◆ **Activity**
When the line with "#165=ORIENTED_EDGE('',*,*,#164,.F.);" appears below, start repeating lines exactly, and keep going through the line with "#175=CIRCLE('',#174,3.95);"; add nothing outside that span.

◆ **Provided information**

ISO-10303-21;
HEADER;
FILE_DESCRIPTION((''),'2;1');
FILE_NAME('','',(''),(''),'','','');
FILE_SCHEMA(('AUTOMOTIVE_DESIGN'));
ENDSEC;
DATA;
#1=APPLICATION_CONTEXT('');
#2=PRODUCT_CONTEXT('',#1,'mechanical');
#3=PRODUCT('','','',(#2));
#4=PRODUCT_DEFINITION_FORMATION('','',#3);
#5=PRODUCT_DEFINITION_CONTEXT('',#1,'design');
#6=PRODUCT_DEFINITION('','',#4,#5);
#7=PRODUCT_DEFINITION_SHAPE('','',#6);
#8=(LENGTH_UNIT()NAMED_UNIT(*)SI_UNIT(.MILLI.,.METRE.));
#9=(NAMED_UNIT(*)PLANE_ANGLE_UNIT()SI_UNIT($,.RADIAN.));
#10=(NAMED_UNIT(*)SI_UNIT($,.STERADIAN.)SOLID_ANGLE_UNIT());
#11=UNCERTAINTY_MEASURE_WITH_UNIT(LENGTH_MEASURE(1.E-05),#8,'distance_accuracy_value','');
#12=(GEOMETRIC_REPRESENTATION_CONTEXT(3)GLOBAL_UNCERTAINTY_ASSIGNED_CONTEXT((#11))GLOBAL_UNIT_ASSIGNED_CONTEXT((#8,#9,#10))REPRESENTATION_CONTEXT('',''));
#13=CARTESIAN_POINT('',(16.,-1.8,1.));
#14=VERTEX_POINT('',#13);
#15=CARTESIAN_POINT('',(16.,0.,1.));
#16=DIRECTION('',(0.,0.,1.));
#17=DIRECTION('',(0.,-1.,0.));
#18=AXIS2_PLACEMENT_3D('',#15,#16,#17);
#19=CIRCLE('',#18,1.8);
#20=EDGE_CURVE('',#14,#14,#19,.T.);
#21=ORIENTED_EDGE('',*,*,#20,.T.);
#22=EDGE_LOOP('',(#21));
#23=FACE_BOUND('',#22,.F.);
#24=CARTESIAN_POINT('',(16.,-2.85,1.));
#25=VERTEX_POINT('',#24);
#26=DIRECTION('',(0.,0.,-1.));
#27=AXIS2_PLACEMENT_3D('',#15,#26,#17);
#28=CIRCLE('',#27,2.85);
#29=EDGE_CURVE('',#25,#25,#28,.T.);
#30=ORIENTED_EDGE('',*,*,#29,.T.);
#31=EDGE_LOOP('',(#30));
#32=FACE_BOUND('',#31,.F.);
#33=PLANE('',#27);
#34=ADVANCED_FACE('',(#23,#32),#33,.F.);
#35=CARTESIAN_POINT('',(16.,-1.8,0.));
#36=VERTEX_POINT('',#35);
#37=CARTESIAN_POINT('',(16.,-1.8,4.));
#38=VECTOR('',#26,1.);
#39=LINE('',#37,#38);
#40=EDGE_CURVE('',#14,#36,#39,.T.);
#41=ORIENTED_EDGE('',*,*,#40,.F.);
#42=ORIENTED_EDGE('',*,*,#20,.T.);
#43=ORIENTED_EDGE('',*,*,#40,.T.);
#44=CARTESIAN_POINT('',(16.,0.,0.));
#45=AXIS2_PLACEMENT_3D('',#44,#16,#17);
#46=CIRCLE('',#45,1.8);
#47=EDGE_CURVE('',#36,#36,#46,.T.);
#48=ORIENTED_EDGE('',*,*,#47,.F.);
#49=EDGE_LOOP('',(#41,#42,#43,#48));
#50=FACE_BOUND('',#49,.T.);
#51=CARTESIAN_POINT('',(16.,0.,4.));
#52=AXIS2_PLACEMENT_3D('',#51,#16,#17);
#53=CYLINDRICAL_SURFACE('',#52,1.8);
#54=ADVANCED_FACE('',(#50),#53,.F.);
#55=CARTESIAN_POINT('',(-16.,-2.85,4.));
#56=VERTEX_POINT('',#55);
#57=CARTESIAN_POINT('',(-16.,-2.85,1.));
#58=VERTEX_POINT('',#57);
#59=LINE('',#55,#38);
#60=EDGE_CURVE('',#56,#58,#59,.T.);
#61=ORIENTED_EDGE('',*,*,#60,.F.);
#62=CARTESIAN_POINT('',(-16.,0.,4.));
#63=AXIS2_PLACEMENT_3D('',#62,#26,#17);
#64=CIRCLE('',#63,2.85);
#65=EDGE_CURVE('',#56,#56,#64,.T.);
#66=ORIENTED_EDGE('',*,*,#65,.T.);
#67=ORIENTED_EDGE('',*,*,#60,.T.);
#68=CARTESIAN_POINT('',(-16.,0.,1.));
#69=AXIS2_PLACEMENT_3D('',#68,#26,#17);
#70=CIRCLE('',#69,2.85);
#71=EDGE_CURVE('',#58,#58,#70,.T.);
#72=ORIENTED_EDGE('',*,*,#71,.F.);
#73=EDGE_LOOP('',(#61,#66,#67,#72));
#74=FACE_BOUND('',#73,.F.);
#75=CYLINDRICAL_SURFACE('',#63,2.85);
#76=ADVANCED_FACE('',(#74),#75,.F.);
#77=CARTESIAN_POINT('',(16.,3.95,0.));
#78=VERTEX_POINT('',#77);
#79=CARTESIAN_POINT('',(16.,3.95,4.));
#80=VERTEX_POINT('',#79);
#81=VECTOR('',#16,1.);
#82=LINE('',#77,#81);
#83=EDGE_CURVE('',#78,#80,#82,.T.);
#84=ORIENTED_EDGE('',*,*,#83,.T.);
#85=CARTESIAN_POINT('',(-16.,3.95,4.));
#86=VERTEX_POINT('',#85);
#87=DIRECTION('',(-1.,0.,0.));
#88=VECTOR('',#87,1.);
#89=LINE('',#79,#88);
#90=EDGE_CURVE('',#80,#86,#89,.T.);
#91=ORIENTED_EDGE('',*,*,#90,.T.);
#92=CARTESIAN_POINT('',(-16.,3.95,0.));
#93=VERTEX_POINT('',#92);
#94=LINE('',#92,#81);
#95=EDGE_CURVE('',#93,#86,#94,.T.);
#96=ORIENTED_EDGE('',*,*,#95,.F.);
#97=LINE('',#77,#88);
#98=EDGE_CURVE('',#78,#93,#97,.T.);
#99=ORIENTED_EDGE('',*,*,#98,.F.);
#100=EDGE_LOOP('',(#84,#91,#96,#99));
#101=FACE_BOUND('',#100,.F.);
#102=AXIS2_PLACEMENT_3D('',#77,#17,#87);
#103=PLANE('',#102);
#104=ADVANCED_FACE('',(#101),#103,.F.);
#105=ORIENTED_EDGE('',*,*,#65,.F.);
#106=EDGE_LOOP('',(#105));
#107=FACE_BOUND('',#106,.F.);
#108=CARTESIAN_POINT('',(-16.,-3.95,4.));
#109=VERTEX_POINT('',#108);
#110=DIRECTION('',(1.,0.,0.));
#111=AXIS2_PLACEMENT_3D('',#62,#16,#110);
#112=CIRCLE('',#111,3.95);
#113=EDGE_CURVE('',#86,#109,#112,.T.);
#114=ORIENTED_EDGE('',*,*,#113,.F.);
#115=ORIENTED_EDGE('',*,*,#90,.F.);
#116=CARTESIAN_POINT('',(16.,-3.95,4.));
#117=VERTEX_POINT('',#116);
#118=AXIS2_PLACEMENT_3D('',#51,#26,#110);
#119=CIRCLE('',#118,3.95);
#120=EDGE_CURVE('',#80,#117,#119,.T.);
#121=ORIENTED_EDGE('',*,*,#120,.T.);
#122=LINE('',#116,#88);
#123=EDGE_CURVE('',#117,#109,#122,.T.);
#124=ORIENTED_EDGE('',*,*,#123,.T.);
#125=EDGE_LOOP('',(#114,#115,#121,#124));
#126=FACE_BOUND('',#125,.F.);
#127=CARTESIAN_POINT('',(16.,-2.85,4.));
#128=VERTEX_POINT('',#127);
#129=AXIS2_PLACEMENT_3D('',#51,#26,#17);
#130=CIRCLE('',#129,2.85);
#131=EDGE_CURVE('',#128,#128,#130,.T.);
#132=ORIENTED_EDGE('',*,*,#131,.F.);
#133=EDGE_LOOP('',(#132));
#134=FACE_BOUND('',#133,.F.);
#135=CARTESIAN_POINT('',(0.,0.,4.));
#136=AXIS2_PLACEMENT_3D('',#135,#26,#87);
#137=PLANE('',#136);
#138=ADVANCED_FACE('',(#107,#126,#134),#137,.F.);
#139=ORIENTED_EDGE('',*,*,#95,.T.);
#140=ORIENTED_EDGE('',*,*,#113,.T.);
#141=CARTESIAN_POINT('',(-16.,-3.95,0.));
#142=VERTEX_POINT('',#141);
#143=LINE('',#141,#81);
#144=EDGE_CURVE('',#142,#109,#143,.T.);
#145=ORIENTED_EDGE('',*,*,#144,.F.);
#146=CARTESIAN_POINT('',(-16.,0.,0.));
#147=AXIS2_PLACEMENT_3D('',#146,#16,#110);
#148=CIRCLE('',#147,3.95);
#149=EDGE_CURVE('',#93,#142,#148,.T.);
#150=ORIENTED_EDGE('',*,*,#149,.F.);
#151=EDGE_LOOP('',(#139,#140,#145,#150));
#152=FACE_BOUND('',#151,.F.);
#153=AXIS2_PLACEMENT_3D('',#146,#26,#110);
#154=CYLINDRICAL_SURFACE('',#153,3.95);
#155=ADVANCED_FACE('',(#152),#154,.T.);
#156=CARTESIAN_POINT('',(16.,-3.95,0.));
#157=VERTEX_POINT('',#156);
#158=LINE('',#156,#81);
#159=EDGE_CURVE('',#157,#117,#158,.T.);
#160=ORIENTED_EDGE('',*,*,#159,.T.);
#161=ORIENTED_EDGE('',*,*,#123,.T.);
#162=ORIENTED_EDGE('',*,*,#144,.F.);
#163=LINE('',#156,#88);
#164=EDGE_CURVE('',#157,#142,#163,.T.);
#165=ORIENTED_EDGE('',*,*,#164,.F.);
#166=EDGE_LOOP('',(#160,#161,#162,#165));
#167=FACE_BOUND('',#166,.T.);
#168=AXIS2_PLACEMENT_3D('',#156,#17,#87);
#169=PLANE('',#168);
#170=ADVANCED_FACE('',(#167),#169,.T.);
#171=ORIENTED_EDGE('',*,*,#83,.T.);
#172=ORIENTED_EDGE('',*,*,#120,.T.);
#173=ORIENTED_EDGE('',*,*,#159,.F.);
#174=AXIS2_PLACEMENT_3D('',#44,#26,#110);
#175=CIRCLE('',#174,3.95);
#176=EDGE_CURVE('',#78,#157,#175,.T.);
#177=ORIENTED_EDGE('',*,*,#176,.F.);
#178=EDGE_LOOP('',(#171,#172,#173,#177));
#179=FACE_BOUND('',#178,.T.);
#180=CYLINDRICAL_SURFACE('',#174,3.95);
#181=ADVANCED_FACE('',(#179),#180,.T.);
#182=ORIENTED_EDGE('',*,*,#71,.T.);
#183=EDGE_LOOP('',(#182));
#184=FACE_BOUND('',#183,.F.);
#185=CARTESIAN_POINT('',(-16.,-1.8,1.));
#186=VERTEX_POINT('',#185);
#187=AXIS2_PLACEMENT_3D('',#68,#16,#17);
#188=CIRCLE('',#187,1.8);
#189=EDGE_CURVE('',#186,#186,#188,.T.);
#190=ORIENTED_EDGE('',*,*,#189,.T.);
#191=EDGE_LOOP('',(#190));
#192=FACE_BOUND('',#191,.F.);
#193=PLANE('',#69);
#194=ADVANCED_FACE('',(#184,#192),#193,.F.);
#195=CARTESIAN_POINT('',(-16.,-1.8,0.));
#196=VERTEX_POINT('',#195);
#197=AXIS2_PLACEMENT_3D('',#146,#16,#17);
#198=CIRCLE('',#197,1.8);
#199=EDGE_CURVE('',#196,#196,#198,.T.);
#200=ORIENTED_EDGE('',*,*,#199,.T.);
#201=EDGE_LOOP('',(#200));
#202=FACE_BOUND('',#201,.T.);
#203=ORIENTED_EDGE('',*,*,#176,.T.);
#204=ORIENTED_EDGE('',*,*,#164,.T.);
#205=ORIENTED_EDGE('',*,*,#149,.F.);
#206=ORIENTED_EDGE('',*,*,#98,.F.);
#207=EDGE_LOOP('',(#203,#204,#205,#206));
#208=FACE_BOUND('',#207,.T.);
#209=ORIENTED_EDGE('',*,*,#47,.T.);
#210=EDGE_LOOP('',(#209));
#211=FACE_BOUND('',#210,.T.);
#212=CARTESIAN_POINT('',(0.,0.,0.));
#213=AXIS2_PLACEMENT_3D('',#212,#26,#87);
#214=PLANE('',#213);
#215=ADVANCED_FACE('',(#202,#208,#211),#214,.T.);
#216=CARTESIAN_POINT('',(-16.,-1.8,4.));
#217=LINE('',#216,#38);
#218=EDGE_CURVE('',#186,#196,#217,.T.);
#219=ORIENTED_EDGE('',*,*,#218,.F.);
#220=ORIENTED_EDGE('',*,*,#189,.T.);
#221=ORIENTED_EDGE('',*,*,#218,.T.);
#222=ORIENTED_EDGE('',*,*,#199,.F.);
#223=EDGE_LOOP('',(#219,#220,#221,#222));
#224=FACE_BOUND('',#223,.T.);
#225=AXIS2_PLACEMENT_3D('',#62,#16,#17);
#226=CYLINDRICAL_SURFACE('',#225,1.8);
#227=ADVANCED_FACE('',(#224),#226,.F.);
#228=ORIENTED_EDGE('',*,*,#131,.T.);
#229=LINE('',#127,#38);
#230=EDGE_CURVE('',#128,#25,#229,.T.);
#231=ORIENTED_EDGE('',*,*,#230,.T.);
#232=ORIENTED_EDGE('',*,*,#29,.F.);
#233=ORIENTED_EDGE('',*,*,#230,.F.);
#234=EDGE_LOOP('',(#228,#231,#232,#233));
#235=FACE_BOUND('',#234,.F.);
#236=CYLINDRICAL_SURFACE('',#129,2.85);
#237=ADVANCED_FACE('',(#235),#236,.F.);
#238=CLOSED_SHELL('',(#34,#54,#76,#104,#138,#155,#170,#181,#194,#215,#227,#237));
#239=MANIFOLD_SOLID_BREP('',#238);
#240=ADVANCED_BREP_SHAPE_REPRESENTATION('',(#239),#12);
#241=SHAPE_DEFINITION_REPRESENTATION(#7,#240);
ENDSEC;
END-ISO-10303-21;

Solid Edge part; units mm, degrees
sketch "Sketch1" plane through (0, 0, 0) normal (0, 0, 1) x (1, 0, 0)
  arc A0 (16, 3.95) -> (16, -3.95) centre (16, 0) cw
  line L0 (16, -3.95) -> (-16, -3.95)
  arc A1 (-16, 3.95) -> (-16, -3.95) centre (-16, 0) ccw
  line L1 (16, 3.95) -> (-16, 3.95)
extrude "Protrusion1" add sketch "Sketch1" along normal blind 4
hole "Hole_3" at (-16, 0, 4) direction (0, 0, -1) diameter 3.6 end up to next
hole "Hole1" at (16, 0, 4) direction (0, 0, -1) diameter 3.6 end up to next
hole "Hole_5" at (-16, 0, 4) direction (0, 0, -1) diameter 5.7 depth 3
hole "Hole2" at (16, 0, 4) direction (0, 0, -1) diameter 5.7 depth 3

◆ **Your solution**
#165=ORIENTED_EDGE('',*,*,#164,.F.);
#166=EDGE_LOOP('',(#160,#161,#162,#165));
#167=FACE_BOUND('',#166,.T.);
#168=AXIS2_PLACEMENT_3D('',#156,#17,#87);
#169=PLANE('',#168);
#170=ADVANCED_FACE('',(#167),#169,.T.);
#171=ORIENTED_EDGE('',*,*,#83,.T.);
#172=ORIENTED_EDGE('',*,*,#120,.T.);
#173=ORIENTED_EDGE('',*,*,#159,.F.);
#174=AXIS2_PLACEMENT_3D('',#44,#26,#110);
#175=CIRCLE('',#174,3.95);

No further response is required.